Questo significa che, per dire cantare qualsiasi cosa, ad oggi ci vuole un involucro particolare, un aspetto coordinato che renda credibile la propria musica. In questa mole di informazioni che resta sul superficiale, c’è da chiedersi quanta importanza venga data alle parole e, a tutti gli effetti, anche alla musica.
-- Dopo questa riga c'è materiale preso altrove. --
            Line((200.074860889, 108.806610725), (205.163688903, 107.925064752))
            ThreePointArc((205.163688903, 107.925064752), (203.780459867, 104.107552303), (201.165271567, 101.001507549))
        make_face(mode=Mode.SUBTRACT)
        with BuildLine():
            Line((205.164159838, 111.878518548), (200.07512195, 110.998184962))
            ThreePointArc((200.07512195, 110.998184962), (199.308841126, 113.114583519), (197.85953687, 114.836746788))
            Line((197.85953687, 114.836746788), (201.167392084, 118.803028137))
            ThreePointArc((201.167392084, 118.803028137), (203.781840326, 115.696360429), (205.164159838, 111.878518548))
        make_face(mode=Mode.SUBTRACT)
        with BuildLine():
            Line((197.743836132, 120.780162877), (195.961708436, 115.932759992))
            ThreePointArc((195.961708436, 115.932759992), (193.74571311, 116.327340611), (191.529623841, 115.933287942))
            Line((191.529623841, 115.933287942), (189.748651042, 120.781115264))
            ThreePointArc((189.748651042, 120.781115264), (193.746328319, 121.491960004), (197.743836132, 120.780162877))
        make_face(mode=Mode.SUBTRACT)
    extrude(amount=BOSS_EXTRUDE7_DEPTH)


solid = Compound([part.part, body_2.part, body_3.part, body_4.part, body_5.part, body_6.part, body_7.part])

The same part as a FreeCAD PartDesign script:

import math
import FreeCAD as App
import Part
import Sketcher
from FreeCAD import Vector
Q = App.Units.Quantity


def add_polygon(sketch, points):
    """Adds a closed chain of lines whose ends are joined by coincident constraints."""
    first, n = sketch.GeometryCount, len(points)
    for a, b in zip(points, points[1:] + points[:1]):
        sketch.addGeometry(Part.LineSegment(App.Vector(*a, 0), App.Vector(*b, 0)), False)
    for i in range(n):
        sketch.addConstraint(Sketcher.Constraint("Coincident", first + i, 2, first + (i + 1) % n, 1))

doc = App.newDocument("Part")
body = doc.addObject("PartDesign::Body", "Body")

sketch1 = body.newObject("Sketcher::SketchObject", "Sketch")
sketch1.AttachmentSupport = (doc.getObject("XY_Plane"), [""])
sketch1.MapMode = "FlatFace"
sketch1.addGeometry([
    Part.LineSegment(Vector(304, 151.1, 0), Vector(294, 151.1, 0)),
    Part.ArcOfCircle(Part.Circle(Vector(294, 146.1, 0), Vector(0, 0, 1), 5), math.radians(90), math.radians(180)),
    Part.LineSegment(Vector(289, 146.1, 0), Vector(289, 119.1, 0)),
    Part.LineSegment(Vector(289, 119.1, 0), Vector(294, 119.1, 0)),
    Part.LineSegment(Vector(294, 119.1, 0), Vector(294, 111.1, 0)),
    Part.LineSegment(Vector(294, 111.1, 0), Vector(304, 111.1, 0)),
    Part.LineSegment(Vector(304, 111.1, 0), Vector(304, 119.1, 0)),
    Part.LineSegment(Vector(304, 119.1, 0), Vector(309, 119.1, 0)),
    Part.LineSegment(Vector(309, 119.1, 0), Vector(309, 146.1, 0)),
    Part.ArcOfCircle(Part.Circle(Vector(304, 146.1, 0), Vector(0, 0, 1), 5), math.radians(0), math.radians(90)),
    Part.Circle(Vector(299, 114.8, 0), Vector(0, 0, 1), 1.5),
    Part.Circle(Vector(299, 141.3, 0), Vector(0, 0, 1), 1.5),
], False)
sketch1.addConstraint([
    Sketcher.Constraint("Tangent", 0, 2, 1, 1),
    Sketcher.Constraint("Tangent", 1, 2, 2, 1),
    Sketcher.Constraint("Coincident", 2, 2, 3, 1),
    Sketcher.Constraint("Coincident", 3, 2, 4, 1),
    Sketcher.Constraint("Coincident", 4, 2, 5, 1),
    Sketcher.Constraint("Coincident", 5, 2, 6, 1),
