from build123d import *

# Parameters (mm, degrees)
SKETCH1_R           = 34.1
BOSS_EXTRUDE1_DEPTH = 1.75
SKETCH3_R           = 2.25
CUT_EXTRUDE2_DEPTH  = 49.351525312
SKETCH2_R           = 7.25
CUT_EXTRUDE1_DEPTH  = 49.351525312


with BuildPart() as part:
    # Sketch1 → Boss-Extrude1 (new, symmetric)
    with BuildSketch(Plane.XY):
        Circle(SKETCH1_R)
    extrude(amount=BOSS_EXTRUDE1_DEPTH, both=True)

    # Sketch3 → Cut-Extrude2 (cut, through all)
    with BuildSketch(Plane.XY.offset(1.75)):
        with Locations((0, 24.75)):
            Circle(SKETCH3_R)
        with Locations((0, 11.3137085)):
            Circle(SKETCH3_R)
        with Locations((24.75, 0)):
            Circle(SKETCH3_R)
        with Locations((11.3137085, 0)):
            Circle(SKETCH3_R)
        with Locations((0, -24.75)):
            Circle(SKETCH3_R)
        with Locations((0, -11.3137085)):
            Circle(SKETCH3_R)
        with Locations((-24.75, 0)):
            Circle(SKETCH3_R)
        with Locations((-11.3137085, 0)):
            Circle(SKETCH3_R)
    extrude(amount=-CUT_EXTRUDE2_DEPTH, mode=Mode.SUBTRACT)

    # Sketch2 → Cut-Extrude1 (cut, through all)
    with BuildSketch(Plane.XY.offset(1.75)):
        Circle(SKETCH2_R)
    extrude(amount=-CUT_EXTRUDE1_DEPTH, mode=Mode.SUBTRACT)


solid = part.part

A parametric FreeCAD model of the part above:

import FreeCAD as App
import Part
import Sketcher
Q = App.Units.Quantity

doc = App.newDocument("Part")
body = doc.addObject("PartDesign::Body", "Body")

# Sketch on XY plane
sketch1 = doc.addObject("Sketcher::SketchObject", "Sketch")
body.addObject(sketch1)
sketch1.AttachmentSupport = (doc.XY_Plane, [""])
sketch1.MapMode = "FlatFace"
sketch1.addGeometry(Part.Circle(App.Vector(0, 0, 0), App.Vector(0, 0, 1), 34.1), False)
sketch1.addConstraint(Sketcher.Constraint("Coincident", 0, 3, -1, 1))
sketch1.addConstraint(Sketcher.Constraint("Diameter", 0, Q("68.2 mm")))
pad1 = doc.addObject("PartDesign::Pad", "Pad")
body.addObject(pad1)
pad1.Profile = sketch1
pad1.Length = 3.5
pad1.Midplane = True

# Sketch on XY plane
sketch2 = doc.addObject("Sketcher::SketchObject", "Sketch001")
body.addObject(sketch2)
sketch2.AttachmentSupport = (doc.XY_Plane, [""])
sketch2.MapMode = "FlatFace"
sketch2.AttachmentOffset = App.Placement(App.Vector(0, 0, 1.75), App.Rotation())
sketch2.addGeometry(Part.Circle(App.Vector(0, 24.75, 0), App.Vector(0, 0, 1), 2.25), False)
sketch2.addGeometry(Part.Circle(App.Vector(0, 11.313709, 0), App.Vector(0, 0, 1), 2.25), False)
sketch2.addGeometry(Part.Circle(App.Vector(24.75, 0, 0), App.Vector(0, 0, 1), 2.25), False)
sketch2.addGeometry(Part.Circle(App.Vector(11.313709, 0, 0), App.Vector(0, 0, 1), 2.25), False)
sketch2.addGeometry(Part.Circle(App.Vector(0, -24.75, 0), App.Vector(0, 0, 1), 2.25), False)
sketch2.addGeometry(Part.Circle(App.Vector(0, -11.313709, 0), App.Vector(0, 0, 1), 2.25), False)
sketch2.addGeometry(Part.Circle(App.Vector(-24.75, 0, 0), App.Vector(0, 0, 1), 2.25), False)
sketch2.addGeometry(Part.Circle(App.Vector(-11.313709, 0, 0), App.Vector(0, 0, 1), 2.25), False)
sketch2.addConstraint(Sketcher.Constraint("Equal", 0, 1))
sketch2.addConstraint(Sketcher.Constraint("Equal", 1, 2))
sketch2.addConstraint(Sketcher.Constraint("Equal", 2, 3))
sketch2.addConstraint(Sketcher.Constraint("Equal", 3, 4))
sketch2.addConstraint(Sketcher.Constraint("Equal", 4, 5))
sketch2.addConstraint(Sketcher.Constraint("Equal", 5, 6))
sketch2.addConstraint(Sketcher.Constraint("Equal", 6, 7))
sketch2.addConstraint(Sketcher.Constraint("Symmetric", 0, 3, 4, 3, -1, 1))
sketch2.addConstraint(Sketcher.Constraint("Symmetric", 1, 3, 5, 3, -1, 1))
sketch2.addConstraint(Sketcher.Constraint("Symmetric", 2, 3, 6, 3, -1, 1))
sketch2.addConstraint(Sketcher.Constraint("Symmetric", 3, 3, 7, 3, -1, 1))
sketch2.addConstraint(Sketcher.Constraint("PointOnObject", 0, 3, -2))
sketch2.addConstraint(Sketcher.Constraint("PointOnObject", 1, 3, -2))
sketch2.addConstraint(Sketcher.Constraint("PointOnObject", 2, 3, -1))
sketch2.addConstraint(Sketcher.Constraint("PointOnObject", 3, 3, -1))
sketch2.addConstraint(Sketcher.Constraint("Diameter", 0, Q("4.5 mm")))
sketch2.addConstraint(Sketcher.Constraint("DistanceY", 4, 3, 0, 3, Q("49.5 mm")))
sketch2.addConstraint(Sketcher.Constraint("DistanceX", -1, 1, 2, 3, Q("24.75 mm")))
sketch2.addConstraint(Sketcher.Constraint("DistanceY", -1, 1, 1, 3, Q("11.313709 mm")))
sketch2.addConstraint(Sketcher.Constraint("DistanceX", -1, 1, 3, 3, Q("11.313709 mm")))
pocket1 = doc.addObject("PartDesign::Pocket", "Pocket")
body.addObject(pocket1)
pocket1.Profile = sketch2
pocket1.Type = "ThroughAll"

# Sketch on XY plane
sketch3 = doc.addObject("Sketcher::SketchObject", "Sketch002")
body.addObject(sketch3)
sketch3.AttachmentSupport = (doc.XY_Plane, [""])
sketch3.MapMode = "FlatFace"
sketch3.AttachmentOffset = App.Placement(App.Vector(0, 0, 1.75), App.Rotation())
sketch3.addGeometry(Part.Circle(App.Vector(0, 0, 0), App.Vector(0, 0, 1), 7.25), False)
sketch3.addConstraint(Sketcher.Constraint("Coincident", 0, 3, -1, 1))
sketch3.addConstraint(Sketcher.Constraint("Diameter", 0, Q("14.5 mm")))
pocket2 = doc.addObject("PartDesign::Pocket", "Pocket001")
body.addObject(pocket2)
pocket2.Profile = sketch3
pocket2.Type = "ThroughAll"

doc.recompute()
Quanto era difficile emergere dieci anni fa? Come sarà tra dieci anni? È doveroso lasciare una traccia di come sia la vita da artisti emergenti nel 2017.

Essere un artista emergente nel 2017Ogni epoca ha le sue particolarità. Sarebbe interessante riuscire a cogliere, nel corso dei decenni, le peripezie socio-musicali che hanno dovuto passare gli artisti emergenti di determinate annate. Immagino chi voleva spaccare tutto negli anni ’70, ispirato dalla scia di Woodstock, Jimi Hendrix e gli Who. Chissà quante band sono state distrutte dal fenomeno dell’eroina, quanti si sono fermati e avrebbero potuto fare la storia, quanti hanno scritto il pezzo della vita e se lo sono trovati nel disco di un altro artista, semplicemente rubato. Oppure chissà com’era essere band emergenti negli anni ’80, nel ’90 o ancora peggio nel ‘2000, anno del declino totale, quando fare un disco costava troppo e c’erano troppi pochi mezzi per produrne uno fatto in casa.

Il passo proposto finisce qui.